According to the government's own summary, tariff savings on UK exports could be worth up to £400 million a year when the deal comes into force, rising to £900 million after 10 years.
From day one, 64% of tariff lines, covering £1.9 billion of current UK exports, will be eligible for tariff-free entry into India, rising to 85% of tariff lines over the following decade.
The sectors with the most to gain immediately include food and drink, advanced manufacturing, and life sciences.
Whisky and gin tariffs drop from 150% to 75% from day one, falling to 40% over 10 years. Fresh and frozen salmon, cod, lamb, aircraft parts, and scientific instruments all qualify for tariff-free access.
Preferential tariff rates only apply to goods with sufficient UK content or processing. These are called the rules of origin, and the government has published clear guidance on how they work for UK exporters.
The full picture of what the deal covers, sector by sector, is on the government's dedicated trade deal hub.
The small business view
Enterprise Nation member and The Protein Ball Co co-founder Matt Hunt exports his products to 14 countries, but doesn’t think India will be a game-changer for his firm.
In fact, he’s nervous about the deal.
"India has a huge confectionery manufacturing sector that can produce and distribute nationally at a significantly lower cost than we can even source the ingredients.
“The new trade deal seems beneficial for UK–India relations, but I'm unsure if it will increase export opportunities, and it might even result in more Indian imports into the UK."
But Ronke Fashola, founder of fashion brand Love ur Look, has her designs manufactured in India and says the import process is smooth.
She says:
“As a small business, I've seen a much faster turnaround when my products arrive in customs.
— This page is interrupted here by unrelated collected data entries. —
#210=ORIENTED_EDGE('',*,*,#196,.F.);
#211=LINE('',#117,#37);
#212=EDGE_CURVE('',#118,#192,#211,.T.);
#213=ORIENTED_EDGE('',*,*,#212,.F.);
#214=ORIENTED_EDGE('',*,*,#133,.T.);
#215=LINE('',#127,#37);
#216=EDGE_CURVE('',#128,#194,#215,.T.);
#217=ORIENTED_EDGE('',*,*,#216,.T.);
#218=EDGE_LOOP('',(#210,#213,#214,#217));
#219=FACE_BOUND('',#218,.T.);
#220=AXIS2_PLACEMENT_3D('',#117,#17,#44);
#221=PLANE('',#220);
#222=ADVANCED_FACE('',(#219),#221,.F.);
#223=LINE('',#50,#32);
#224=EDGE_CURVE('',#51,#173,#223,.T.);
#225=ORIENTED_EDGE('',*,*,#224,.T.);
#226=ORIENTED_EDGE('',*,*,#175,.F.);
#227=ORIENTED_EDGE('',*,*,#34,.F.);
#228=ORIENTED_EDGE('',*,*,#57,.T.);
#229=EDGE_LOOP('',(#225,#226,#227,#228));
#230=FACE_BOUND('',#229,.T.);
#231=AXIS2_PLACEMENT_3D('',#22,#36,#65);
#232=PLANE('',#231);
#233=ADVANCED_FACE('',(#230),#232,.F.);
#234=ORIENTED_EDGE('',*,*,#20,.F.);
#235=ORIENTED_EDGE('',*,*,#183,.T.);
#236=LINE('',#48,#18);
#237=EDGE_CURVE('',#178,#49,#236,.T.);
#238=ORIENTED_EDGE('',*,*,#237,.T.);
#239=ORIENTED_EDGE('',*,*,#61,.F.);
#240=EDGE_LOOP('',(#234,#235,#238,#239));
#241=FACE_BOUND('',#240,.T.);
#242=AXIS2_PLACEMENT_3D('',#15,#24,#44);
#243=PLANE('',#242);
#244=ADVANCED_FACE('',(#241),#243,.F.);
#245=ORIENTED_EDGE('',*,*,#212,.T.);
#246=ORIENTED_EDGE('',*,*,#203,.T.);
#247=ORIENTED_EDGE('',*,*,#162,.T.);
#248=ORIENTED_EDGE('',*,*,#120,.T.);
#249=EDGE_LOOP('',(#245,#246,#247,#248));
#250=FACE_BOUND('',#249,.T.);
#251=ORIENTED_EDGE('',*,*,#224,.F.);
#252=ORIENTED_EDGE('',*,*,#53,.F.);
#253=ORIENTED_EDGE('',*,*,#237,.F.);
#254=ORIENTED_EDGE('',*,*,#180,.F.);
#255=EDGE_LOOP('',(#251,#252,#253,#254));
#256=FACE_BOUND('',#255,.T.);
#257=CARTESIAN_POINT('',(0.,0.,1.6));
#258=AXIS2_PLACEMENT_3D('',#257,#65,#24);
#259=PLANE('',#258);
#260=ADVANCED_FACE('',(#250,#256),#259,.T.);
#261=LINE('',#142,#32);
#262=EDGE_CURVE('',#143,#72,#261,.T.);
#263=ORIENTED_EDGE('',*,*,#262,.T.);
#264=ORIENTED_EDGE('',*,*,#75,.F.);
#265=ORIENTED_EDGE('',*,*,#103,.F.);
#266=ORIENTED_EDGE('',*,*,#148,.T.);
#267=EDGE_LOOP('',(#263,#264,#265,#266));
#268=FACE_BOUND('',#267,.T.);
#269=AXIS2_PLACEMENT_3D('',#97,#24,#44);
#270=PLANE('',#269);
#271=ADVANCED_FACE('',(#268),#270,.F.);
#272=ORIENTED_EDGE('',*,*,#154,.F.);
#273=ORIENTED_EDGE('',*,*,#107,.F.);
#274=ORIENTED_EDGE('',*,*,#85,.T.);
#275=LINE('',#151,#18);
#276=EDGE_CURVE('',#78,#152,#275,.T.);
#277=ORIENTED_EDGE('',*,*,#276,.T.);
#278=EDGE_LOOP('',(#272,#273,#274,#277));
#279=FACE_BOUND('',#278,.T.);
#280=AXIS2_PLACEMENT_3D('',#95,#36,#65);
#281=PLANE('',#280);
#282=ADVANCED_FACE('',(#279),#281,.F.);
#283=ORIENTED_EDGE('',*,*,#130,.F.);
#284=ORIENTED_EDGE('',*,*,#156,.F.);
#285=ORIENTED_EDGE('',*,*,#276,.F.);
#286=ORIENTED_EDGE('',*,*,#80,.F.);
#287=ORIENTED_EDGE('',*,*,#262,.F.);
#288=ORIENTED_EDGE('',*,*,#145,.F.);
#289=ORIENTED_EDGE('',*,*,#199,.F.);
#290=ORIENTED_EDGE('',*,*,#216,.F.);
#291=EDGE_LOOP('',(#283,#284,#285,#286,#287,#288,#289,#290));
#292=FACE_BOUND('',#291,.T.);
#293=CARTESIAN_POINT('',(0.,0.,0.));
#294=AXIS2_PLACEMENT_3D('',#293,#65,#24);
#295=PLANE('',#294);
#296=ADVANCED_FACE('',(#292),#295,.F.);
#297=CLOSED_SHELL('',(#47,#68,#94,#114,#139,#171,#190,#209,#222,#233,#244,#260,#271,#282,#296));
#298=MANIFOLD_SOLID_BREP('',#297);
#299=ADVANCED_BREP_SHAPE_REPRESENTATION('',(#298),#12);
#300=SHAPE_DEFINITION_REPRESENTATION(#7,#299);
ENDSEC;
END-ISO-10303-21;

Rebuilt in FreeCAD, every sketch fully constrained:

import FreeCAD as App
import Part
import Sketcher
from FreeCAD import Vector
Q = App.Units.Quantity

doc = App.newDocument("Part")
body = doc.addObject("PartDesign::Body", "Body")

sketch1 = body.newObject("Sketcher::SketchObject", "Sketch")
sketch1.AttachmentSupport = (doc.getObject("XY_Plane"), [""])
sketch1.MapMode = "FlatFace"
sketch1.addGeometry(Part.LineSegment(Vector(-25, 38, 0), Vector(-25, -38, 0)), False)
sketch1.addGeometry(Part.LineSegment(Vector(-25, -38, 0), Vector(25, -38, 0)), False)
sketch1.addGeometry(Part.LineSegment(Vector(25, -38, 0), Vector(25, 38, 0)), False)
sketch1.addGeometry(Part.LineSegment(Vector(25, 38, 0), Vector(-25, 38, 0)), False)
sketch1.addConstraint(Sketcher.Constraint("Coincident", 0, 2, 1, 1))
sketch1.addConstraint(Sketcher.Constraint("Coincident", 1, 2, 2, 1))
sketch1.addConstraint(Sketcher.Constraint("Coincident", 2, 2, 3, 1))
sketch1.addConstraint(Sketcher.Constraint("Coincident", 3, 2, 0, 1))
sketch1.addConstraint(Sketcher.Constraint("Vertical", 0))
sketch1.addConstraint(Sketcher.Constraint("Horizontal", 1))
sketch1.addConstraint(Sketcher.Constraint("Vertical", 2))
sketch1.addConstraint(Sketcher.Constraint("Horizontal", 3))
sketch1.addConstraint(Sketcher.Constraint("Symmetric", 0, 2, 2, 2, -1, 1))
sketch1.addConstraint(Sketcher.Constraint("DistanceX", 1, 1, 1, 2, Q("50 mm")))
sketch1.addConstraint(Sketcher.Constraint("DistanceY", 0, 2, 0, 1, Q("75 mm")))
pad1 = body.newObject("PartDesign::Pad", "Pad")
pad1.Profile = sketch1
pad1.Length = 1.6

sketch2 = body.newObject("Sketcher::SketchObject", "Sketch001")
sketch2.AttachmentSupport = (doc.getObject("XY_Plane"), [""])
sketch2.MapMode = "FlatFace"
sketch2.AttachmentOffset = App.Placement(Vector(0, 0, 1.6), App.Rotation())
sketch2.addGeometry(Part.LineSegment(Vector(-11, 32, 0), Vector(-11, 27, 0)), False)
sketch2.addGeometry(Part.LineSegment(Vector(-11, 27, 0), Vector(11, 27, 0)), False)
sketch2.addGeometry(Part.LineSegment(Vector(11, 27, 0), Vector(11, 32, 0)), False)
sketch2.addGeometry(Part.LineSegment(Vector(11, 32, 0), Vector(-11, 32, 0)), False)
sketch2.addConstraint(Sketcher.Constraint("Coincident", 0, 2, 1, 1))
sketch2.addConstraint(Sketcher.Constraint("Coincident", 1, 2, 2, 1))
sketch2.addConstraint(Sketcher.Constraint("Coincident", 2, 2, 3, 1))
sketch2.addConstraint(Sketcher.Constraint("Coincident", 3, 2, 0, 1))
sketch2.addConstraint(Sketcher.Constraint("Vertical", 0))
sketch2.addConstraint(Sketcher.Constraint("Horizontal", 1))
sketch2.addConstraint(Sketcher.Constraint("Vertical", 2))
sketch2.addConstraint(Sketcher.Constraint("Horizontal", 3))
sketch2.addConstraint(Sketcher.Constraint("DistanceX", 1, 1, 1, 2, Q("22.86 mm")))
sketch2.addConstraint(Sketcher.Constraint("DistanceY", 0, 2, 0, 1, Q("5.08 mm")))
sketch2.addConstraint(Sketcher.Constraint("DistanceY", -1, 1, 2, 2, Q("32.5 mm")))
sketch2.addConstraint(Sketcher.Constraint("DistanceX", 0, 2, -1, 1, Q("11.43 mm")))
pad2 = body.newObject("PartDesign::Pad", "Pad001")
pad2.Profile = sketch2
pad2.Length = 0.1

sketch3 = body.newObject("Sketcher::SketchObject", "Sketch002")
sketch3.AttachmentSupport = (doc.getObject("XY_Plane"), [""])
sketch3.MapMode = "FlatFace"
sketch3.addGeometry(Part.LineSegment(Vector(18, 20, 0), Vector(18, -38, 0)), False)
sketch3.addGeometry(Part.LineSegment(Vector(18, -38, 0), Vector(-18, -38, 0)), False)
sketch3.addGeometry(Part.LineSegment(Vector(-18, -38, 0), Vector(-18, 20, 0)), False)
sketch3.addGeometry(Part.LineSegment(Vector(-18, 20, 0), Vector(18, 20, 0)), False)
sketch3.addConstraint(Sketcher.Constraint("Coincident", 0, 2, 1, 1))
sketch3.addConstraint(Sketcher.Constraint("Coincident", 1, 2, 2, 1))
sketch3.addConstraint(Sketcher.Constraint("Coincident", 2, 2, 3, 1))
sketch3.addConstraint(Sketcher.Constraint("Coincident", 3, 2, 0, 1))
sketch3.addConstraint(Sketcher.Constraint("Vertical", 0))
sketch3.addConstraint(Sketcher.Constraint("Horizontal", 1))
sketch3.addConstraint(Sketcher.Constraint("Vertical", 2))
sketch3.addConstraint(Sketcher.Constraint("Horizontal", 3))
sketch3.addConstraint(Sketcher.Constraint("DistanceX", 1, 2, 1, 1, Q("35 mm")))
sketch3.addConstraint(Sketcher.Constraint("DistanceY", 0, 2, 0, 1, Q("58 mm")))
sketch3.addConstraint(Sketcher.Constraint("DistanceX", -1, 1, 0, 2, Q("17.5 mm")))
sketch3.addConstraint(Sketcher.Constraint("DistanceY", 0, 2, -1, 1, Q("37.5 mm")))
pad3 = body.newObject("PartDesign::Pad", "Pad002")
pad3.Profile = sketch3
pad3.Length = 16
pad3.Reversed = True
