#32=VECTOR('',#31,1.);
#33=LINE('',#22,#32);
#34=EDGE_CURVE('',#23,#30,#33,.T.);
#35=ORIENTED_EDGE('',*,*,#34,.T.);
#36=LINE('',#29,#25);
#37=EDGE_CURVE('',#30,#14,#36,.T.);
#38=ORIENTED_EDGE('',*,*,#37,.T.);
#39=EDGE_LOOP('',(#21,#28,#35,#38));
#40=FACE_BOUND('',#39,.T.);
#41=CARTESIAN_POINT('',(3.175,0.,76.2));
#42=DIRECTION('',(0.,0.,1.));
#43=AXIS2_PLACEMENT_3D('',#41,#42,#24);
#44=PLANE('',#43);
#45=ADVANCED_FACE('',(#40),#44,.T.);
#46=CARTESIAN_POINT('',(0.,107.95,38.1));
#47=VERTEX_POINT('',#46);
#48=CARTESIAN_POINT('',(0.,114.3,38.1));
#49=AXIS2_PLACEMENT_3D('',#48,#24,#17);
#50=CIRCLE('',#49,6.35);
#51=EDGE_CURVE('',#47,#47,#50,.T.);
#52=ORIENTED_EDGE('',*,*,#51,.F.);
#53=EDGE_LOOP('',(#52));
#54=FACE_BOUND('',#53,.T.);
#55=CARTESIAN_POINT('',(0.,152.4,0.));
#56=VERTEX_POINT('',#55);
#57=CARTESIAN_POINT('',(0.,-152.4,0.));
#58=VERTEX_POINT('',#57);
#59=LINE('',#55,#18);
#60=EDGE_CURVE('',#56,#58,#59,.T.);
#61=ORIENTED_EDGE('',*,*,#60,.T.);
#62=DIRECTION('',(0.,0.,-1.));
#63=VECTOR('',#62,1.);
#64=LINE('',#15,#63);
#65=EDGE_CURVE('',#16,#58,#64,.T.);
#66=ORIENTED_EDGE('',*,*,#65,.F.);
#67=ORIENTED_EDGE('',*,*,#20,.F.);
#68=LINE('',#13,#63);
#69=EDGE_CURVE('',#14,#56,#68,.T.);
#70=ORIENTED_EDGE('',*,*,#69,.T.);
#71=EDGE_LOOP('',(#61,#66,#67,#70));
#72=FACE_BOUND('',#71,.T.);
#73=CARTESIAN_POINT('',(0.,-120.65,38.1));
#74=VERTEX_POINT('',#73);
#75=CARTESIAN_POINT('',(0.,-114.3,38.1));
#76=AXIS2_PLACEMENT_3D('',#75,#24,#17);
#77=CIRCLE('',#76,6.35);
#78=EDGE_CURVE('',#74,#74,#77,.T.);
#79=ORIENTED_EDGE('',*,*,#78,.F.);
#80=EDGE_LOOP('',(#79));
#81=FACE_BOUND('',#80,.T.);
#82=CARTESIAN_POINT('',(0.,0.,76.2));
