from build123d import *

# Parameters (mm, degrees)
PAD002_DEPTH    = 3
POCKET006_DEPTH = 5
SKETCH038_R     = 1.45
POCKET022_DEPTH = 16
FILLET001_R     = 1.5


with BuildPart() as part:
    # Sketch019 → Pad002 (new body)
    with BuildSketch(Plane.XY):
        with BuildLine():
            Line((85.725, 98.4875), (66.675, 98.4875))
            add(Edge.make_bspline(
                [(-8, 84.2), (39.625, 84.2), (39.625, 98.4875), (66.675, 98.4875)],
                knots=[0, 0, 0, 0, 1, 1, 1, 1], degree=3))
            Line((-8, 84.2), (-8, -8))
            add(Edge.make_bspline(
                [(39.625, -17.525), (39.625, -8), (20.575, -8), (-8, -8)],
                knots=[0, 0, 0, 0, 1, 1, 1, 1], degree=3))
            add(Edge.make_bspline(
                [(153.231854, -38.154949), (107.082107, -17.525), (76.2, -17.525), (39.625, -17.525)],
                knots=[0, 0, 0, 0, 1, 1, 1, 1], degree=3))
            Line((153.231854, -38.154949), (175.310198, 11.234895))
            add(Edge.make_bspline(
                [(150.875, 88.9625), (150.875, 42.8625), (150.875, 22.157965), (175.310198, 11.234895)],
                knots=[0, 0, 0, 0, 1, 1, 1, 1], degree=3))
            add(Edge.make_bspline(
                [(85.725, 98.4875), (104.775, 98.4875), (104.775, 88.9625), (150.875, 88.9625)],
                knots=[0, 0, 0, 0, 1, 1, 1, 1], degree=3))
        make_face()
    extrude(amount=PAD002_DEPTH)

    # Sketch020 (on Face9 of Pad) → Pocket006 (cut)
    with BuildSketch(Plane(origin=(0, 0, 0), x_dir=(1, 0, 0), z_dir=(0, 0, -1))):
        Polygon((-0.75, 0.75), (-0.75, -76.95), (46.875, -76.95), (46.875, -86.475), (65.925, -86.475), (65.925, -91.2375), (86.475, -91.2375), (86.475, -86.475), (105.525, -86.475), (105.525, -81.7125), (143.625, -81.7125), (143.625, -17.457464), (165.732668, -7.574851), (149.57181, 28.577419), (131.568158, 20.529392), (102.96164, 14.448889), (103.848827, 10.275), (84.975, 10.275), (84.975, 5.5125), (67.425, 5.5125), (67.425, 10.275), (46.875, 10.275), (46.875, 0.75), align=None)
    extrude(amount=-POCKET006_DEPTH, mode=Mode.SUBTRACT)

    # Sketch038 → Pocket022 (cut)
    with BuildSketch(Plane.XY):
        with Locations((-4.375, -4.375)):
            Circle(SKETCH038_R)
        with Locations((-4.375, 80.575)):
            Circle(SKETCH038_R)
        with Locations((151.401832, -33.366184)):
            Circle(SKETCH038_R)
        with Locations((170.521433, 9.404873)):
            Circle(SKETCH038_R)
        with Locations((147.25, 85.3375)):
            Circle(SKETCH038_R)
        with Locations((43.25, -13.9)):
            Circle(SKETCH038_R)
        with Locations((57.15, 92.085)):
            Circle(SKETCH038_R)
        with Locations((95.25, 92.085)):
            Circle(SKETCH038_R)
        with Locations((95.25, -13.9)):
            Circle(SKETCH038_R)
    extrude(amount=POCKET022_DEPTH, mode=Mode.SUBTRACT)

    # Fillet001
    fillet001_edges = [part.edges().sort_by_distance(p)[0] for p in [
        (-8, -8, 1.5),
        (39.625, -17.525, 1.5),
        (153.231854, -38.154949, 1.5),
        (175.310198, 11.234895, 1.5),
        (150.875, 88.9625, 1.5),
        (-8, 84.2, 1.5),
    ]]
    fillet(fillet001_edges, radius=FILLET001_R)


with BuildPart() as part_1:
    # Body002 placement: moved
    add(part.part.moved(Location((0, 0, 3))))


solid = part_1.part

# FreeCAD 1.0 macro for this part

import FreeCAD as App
import Part
import Sketcher

V = App.Vector
Q = App.Units.Quantity


def edges_at(feature, points):
    """Names of the edges that pass closest to the given points."""
    edges = feature.Shape.Edges
    near = lambda p: min(range(len(edges)), key=lambda i: edges[i].distToShape(Part.Vertex(*p))[0])
    return sorted({f"Edge{near(p) + 1}" for p in points})


def add_polygon(sketch, points):
    """Adds a closed chain of lines whose ends are joined by coincident constraints."""
    first, n = sketch.GeometryCount, len(points)
    for a, b in zip(points, points[1:] + points[:1]):
        sketch.addGeometry(Part.LineSegment(App.Vector(*a, 0), App.Vector(*b, 0)), False)
    for i in range(n):
        sketch.addConstraint(Sketcher.Constraint("Coincident", first + i, 2, first + (i + 1) % n, 1))

doc = App.newDocument("Part")
body = doc.addObject("PartDesign::Body", "Body")

# Sketch on XY plane
sketch1 = doc.addObject("Sketcher::SketchObject", "Sketch")
body.addObject(sketch1)
sketch1.AttachmentSupport = (doc.XY_Plane, [""])
sketch1.MapMode = "FlatFace"
sketch1.addGeometry([
    Part.LineSegment(V(85.725, 98.4875, 0), V(66.675, 98.4875, 0)),  # 0
    Part.BSplineCurve([V(-8, 84.2, 0), V(39.625, 84.2, 0), V(39.625, 98.4875, 0), V(66.675, 98.4875, 0)], [4, 4], [0, 1], False, 3, [1, 1, 1, 1], False),  # 1
    Part.LineSegment(V(-8, 84.2, 0), V(-8, -8, 0)),  # 2
    Part.BSplineCurve([V(39.625, -17.525, 0), V(39.625, -8, 0), V(20.575, -8, 0), V(-8, -8, 0)], [4, 4], [0, 1], False, 3, [1, 1, 1, 1], False),  # 3
    Part.BSplineCurve([V(153.231854, -38.154949, 0), V(107.082107, -17.525, 0), V(76.2, -17.525, 0), V(39.625, -17.525, 0)], [4, 4], [0, 1], False, 3, [1, 1, 1, 1], False),  # 4
    Part.LineSegment(V(153.231854, -38.154949, 0), V(175.310198, 11.234895, 0)),  # 5
    Part.BSplineCurve([V(150.875, 88.9625, 0), V(150.875, 42.8625, 0), V(150.875, 22.157965, 0), V(175.310198, 11.234895, 0)], [4, 4], [0, 1], False, 3, [1, 1, 1, 1], False),  # 6
    Part.BSplineCurve([V(85.725, 98.4875, 0), V(104.775, 98.4875, 0), V(104.775, 88.9625, 0), V(150.875, 88.9625, 0)], [4, 4], [0, 1], False, 3, [1, 1, 1, 1], False),  # 7
], False)
sketch1.addConstraint([
    Sketcher.Constraint("Block", 1),
    Sketcher.Constraint("Block", 3),
    Sketcher.Constraint("Block", 4),
    Sketcher.Constraint("Block", 6),
    Sketcher.Constraint("Block", 7),
    Sketcher.Constraint("Coincident", 0, 2, 1, 2),
    Sketcher.Constraint("Coincident", 1, 1, 2, 1),
    Sketcher.Constraint("Coincident", 2, 2, 3, 2),
    Sketcher.Constraint("Coincident", 4, 1, 5, 1),
    Sketcher.Constraint("Coincident", 5, 2, 6, 2),
    Sketcher.Constraint("Coincident", 7, 1, 0, 1),
])
pad1 = doc.addObject("PartDesign::Pad", "Pad")
body.addObject(pad1)
pad1.Profile = sketch1
pad1.Length = 3

# Sketch on XY plane
sketch2 = doc.addObject("Sketcher::SketchObject", "Sketch001")
body.addObject(sketch2)
sketch2.AttachmentSupport = (doc.XY_Plane, [""])
sketch2.MapMode = "FlatFace"
add_polygon(sketch2, [(-0.8, -0.8), (-0.8, 77), (46.9, 77), (46.9, 86.5), (65.9, 86.5), (65.9, 91.2), (86.5, 91.2), (86.5, 86.5), (105.5, 86.5), (105.5, 81.7), (143.6, 81.7), (143.6, 17.5), (165.7, 7.6), (149.6, -28.6), (131.6, -20.5), (103, -14.4), (103.8, -10.3), (85, -10.3), (85, -5.5), (67.4, -5.5), (67.4, -10.3), (46.9, -10.3), (46.9, -0.8)])  # lines 0-22
sketch2.addConstraint([
    Sketcher.Constraint("Vertical", 0),
    Sketcher.Constraint("Horizontal", 1),
    Sketcher.Constraint("Vertical", 2),
    Sketcher.Constraint("Horizontal", 3),
    Sketcher.Constraint("Vertical", 4),
    Sketcher.Constraint("Horizontal", 5),
    Sketcher.Constraint("Vertical", 6),
    Sketcher.Constraint("Horizontal", 7),
    Sketcher.Constraint("Vertical", 8),
    Sketcher.Constraint("Horizontal", 9),
    Sketcher.Constraint("Vertical", 10),
    Sketcher.Constraint("Horizontal", 16),
    Sketcher.Constraint("Vertical", 17),
    Sketcher.Constraint("Horizontal", 18),
    Sketcher.Constraint("Vertical", 19),
    Sketcher.Constraint("Horizontal", 20),
    Sketcher.Constraint("Vertical", 21),
    Sketcher.Constraint("Horizontal", 22),
    Sketcher.Constraint("Perpendicular", 11, 12),
    Sketcher.Constraint("Perpendicular", 12, 13),
    Sketcher.Constraint("Perpendicular", 14, 15),
    Sketcher.Constraint("Horizontal", 3, 2, 6, 2),
    Sketcher.Constraint("Horizontal", 16, 2, 19, 2),
    Sketcher.Constraint("Vertical", 2, 2, 20, 2),
    Sketcher.Constraint("Equal", 3, 7),
    Sketcher.Constraint("Equal", 5, 20),
    Sketcher.Constraint("Equal", 6, 8),
    Sketcher.Constraint("Equal", 8, 17),
    Sketcher.Constraint("Equal", 2, 21),
    Sketcher.Constraint("Angle", 14, Q("168 deg")),
    Sketcher.Constraint("DistanceX", 9, 1, 9, 2, 38.1),
    Sketcher.Constraint("DistanceY", 0, 1, 0, 2, 77.7),
    Sketcher.Constraint("Distance", 12, 39.599999),
    Sketcher.Constraint("DistanceX", 3, 1, 3, 2, 19.05),
    Sketcher.Constraint("DistanceX", 5, 1, 5, 2, 20.55),
    Sketcher.Constraint("DistanceX", 18, 2, 18, 1, 17.55),
    Sketcher.Constraint("DistanceX", 1, 1, 1, 2, 47.625),
    Sketcher.Constraint("DistanceY", 2, 1, 2, 2, 9.525),
    Sketcher.Constraint("DistanceX", 0, 2, -1, 1, 0.75),
    Sketcher.Constraint("DistanceY", -1, 1, 0, 2, 76.95),
    Sketcher.Constraint("DistanceY", 4, 1, 4, 2, 4.7625),
    Sketcher.Constraint("DistanceX", 16, 2, 16, 1, 18.873827),
    Sketcher.Constraint("DistanceY", 10, 2, 10, 1, 64.255036),
    Sketcher.Constraint("DistanceY", -1, 1, 11, 2, 7.574851),
    Sketcher.Constraint("DistanceX", -1, 1, 12, 2, 149.57181),
    Sketcher.Constraint("DistanceX", -1, 1, 13, 2, 131.568158),
])
pocket1 = doc.addObject("PartDesign::Pocket", "Pocket")
body.addObject(pocket1)
pocket1.Profile = sketch2
pocket1.Length = 5
pocket1.Reversed = True

# Sketch on XY plane
sketch3 = doc.addObject("Sketcher::SketchObject", "Sketch002")
body.addObject(sketch3)
sketch3.AttachmentSupport = (doc.XY_Plane, [""])
sketch3.MapMode = "FlatFace"
sketch3.addGeometry([
    Part.Circle(V(-4.4, -4.4, 0), V(0, 0, 1), 1.4),  # 0
    Part.Circle(V(-4.4, 80.6, 0), V(0, 0, 1), 1.4),  # 1
    Part.Circle(V(151.4, -33.4, 0), V(0, 0, 1), 1.4),  # 2
    Part.Circle(V(170.5, 9.4, 0), V(0, 0, 1), 1.4),  # 3
    Part.Circle(V(147.2, 85.3, 0), V(0, 0, 1), 1.4),  # 4
    Part.Circle(V(43.2, -13.9, 0), V(0, 0, 1), 1.4),  # 5
    Part.Circle(V(57.1, 92.1, 0), V(0, 0, 1), 1.4),  # 6
    Part.Circle(V(95.2, 92.1, 0), V(0, 0, 1), 1.4),  # 7
    Part.Circle(V(95.2, -13.9, 0), V(0, 0, 1), 1.4),  # 8
], False)
sketch3.addConstraint([
    Sketcher.Constraint("Equal", 0, 1),
    Sketcher.Constraint("Equal", 1, 2),
    Sketcher.Constraint("Equal", 2, 3),
    Sketcher.Constraint("Equal", 3, 4),
    Sketcher.Constraint("Equal", 4, 5),
    Sketcher.Constraint("Equal", 5, 6),
    Sketcher.Constraint("Equal", 6, 7),
    Sketcher.Constraint("Equal", 7, 8),
    Sketcher.Constraint("Horizontal", 6, 3, 7, 3),
    Sketcher.Constraint("Horizontal", 5, 3, 8, 3),
    Sketcher.Constraint("Vertical", 0, 3, 1, 3),
    Sketcher.Constraint("Vertical", 7, 3, 8, 3),
    Sketcher.Constraint("Diameter", 0, 2.9),
    Sketcher.Constraint("DistanceX", 5, 3, 4, 3, 104.0),
    Sketcher.Constraint("DistanceX", 7, 3, 4, 3, 52.0),
    Sketcher.Constraint("DistanceY", 5, 3, -1, 1, 13.9),
    Sketcher.Constraint("DistanceX", 6, 3, 4, 3, 90.1),
    Sketcher.Constraint("DistanceX", -1, 1, 4, 3, 147.25),
    Sketcher.Constraint("DistanceY", 0, 3, 1, 3, 84.95),
    Sketcher.Constraint("DistanceY", 1, 3, 6, 3, 11.51),
    Sketcher.Constraint("DistanceX", 0, 3, -1, 1, 4.375),
    Sketcher.Constraint("DistanceY", 0, 3, -1, 1, 4.375),
    Sketcher.Constraint("DistanceY", -1, 1, 4, 3, 85.3375),
    Sketcher.Constraint("DistanceX", 2, 3, 3, 3, 19.119601),
    Sketcher.Constraint("DistanceX", -1, 1, 2, 3, 151.401832),
    Sketcher.Constraint("DistanceY", 2, 3, -1, 1, 33.366184),
    Sketcher.Constraint("DistanceY", -1, 1, 3, 3, 9.404873),
])
pocket2 = doc.addObject("PartDesign::Pocket", "Pocket001")
body.addObject(pocket2)
pocket2.Profile = sketch3
pocket2.Length = 16
pocket2.Reversed = True
doc.recompute()

fillet = doc.addObject("PartDesign::Fillet", "Fillet")
body.addObject(fillet)
fillet.Base = (pocket2, edges_at(pocket2, [
    (-8, -8, 1.5),
    (39.625, -17.525, 1.5),
    (153.232, -38.155, 1.5),
    (175.31, 11.235, 1.5),
    (150.875, 88.963, 1.5),
    (-8, 84.2, 1.5),
]))
fillet.Radius = 1.5
body2 = doc.addObject("PartDesign::Body", "Body001")
doc.recompute()

body.Placement = App.Placement(V(0, 0, 3), App.Rotation(V(0, 0, 1), 0))
boolean = doc.addObject("PartDesign::Boolean", "Boolean")
body2.addObject(boolean)
boolean.Type = "Fuse"
boolean.addObjects([body])

doc.recompute()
My orders are released within 48 hours, which makes a big difference for my small business.”
Free webinar: 12 March 2026
The Department for Business and Trade is running a free webinar on 12 March at 9.00 am, covering HMRC portal registration, rules of origin and practical steps on getting ready from day one.
If you're in food and drink, manufacturing or life sciences, or have been considering India as an export market, it's worth an hour of your time.
The deal still requires both the UK and India to complete their ratification processes before it enters into force.
Spring 2026 is the government's current working assumption. Register now regardless, so you're not scrambling when the date is confirmed.